On Thursday, June 19, 2014 12:13:44 PM UTC-4, Oren wrote:
On Thu, 19 Jun 2014 08:28:01 -0700, SteveB wrote:
According to the God-fearing Republicans over at Fox News (and
Republicans don't lie) :
http://www.foxnews.com/health/2013/0...-cause-cancer/
I see the words,"so far, it is unsure ..............." So,to err on the
side of good, let's just run around willy nilly chicken little until the
facts come in, like we do on every other thing. I think if eating
charred meat were bad, we'd be extinct by now, or have incredibly higher
cancer rates. But then, when you talk on a cell phone, and eat burnt
meat, your chances must soar meteorically, as everyone knows now that
talking with a cell phone next to your ear causes cancer.
Those who are most afraid of life are those afraid to live it. Everyone
dies from something. Spend your time on living things, and not things
that are rumored to kill you. Next week, it will be canned peaches.
Sheesh.
Steve,
You made my day. Glad to see you in good spirits. I think you just
poked the guy's eye out, I hope he doesn't die. I almost had a little
char on my homemade egg rolls last night...
(tears in my eyes)
I went over the the American Heat Assoc and used the heart attack risk
calculator. I'd done it years ago, but Kurt brought it up and got me
thinking about it again. Like Kurt said, it puts things into perspective.

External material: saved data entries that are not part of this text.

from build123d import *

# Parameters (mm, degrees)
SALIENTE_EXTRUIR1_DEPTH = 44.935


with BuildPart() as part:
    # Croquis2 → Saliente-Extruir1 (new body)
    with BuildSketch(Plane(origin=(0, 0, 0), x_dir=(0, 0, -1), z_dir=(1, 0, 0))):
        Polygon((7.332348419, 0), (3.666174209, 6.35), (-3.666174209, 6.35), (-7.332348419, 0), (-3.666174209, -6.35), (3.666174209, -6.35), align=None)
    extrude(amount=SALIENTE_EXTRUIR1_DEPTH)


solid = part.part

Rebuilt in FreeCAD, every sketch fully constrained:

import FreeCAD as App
import Part
import Sketcher

V = App.Vector
Q = App.Units.Quantity

doc = App.newDocument("Part")
body = doc.addObject("PartDesign::Body", "Body")

# Sketch on YZ plane
sketch1 = doc.addObject("Sketcher::SketchObject", "Sketch")
body.addObject(sketch1)
sketch1.AttachmentSupport = (doc.YZ_Plane, [""])
sketch1.MapMode = "FlatFace"
sketch1.addGeometry([
    Part.LineSegment(V(0, -7, 0), V(6, -4, 0)),  # 0
    Part.LineSegment(V(6, -4, 0), V(6, 4, 0)),  # 1
    Part.LineSegment(V(6, 4, 0), V(0, 7, 0)),  # 2
    Part.LineSegment(V(0, 7, 0), V(-6, 4, 0)),  # 3
    Part.LineSegment(V(-6, 4, 0), V(-6, -4, 0)),  # 4
    Part.LineSegment(V(-6, -4, 0), V(0, -7, 0)),  # 5
], False)
sketch1.addConstraint([
    Sketcher.Constraint("Coincident", 0, 2, 1, 1),
    Sketcher.Constraint("Coincident", 1, 2, 2, 1),
    Sketcher.Constraint("Coincident", 2, 2, 3, 1),
    Sketcher.Constraint("Coincident", 3, 2, 4, 1),
    Sketcher.Constraint("Coincident", 4, 2, 5, 1),
    Sketcher.Constraint("Coincident", 5, 2, 0, 1),
    Sketcher.Constraint("Vertical", 1),
    Sketcher.Constraint("Vertical", 4),
    Sketcher.Constraint("Symmetric", 0, 2, 3, 2, -1, 1),
    Sketcher.Constraint("Symmetric", 2, 2, 5, 2, -1, 1),
    Sketcher.Constraint("PointOnObject", 2, 2, -2),
    Sketcher.Constraint("Parallel", 2, 5),
    Sketcher.Constraint("Horizontal", 1, 2, 3, 2),
    Sketcher.Constraint("Angle", 0, Q("30 deg")),
    Sketcher.Constraint("DistanceX", 3, 2, 1, 2, 12.7),
    Sketcher.Constraint("DistanceY", 1, 1, 1, 2, 7.332348),
])
pad1 = doc.addObject("PartDesign::Pad", "Pad")
body.addObject(pad1)
pad1.Profile = sketch1
pad1.Length = 44.935

doc.recompute()
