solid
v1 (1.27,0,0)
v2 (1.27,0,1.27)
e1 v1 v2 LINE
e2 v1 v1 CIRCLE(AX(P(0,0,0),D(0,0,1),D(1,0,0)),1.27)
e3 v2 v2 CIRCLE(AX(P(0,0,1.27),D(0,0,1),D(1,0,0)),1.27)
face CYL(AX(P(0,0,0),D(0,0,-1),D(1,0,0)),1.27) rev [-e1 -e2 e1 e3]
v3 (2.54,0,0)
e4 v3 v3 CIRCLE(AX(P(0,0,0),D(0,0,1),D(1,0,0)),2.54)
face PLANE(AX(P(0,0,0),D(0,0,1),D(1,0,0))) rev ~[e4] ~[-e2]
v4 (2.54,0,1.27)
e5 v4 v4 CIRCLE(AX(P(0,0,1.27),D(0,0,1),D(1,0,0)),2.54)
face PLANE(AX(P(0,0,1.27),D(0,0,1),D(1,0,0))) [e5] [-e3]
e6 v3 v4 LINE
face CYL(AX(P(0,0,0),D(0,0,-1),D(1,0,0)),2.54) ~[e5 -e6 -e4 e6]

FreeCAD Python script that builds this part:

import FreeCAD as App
import Part
import Sketcher
Q = App.Units.Quantity

doc = App.newDocument("Part")
params = doc.addObject("Spreadsheet::Sheet", "Params")
for row, (alias, value) in enumerate([
    ("sketch1_diameter", "0.2 in"),
    ("sketch1_diameter2", "0.1 in"),
    ("pad1_length", "0.05 in"),
], start=1):
    params.set(f"A{row}", alias)
    params.set(f"B{row}", "=" + value)
    params.setAlias(f"B{row}", alias)

body = doc.addObject("PartDesign::Body", "Body")

# Sketch on XY plane
sketch1 = body.newObject("Sketcher::SketchObject", "Sketch")
sketch1.AttachmentSupport = (doc.getObject("XY_Plane"), [""])
sketch1.MapMode = "FlatFace"
sketch1.addGeometry([
    Part.Circle(App.Vector(0, 0, 0), App.Vector(0, 0, 1), 2.5),
    Part.Circle(App.Vector(0, 0, 0), App.Vector(0, 0, 1), 1.3),
], False)
sketch1.addConstraint([
    Sketcher.Constraint("Coincident", 0, 3, -1, 1),
    Sketcher.Constraint("Coincident", 1, 3, -1, 1),
    Sketcher.Constraint("Diameter", 0, Q("0.2 in")),
    Sketcher.Constraint("Diameter", 1, Q("0.1 in")),
])
sketch1.setExpression("Constraints[2]", "Params.sketch1_diameter")
sketch1.setExpression("Constraints[3]", "Params.sketch1_diameter2")
pad1 = body.newObject("PartDesign::Pad", "Pad")
pad1.Profile = sketch1
pad1.setExpression("Length", "Params.pad1_length")

doc.recompute()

You can put actual numbers in for blood pressure, weight, height,
cholesterol numbers, and see what happens. The interesting part is
someone at ideal weight for their height, 120/80 BP,
cholesterol at the recommended low levels, my age, has 6% chance of having
a heart attack in the next ten years. Change it to overweight, 149/110, cholesterol way above recommended, and you get an 8% chance. And the
overweight part can be just one pound over ideal or up to about 35 pounds
over.
So, fix all those things and you go from 8% to 6%. As Kurt pointed out,
the media would report that as your risk of hear attack is 33% greater,
if you don't fix it,
but given the risk goes from 6% to just 8%, is it worth it?
Even more interesting and profoundly
dumb in my opinion is that at the end they show you things that you
could change, ie BP, cholesterol, stop smoking. Nothing there at all for
WEIGHT. IMO, that whole thing is a farce. Because it does ask you if
you have diabetes and that raises the risk of a heart attack tremendously,
How do you get diabetes? By being significantly overweight, yet since
they have no mention of it in the things you can change, apparently the
AHA has given up on obesity. And by the results of the calculator being
35 pounds overweight only increases your risk slightly.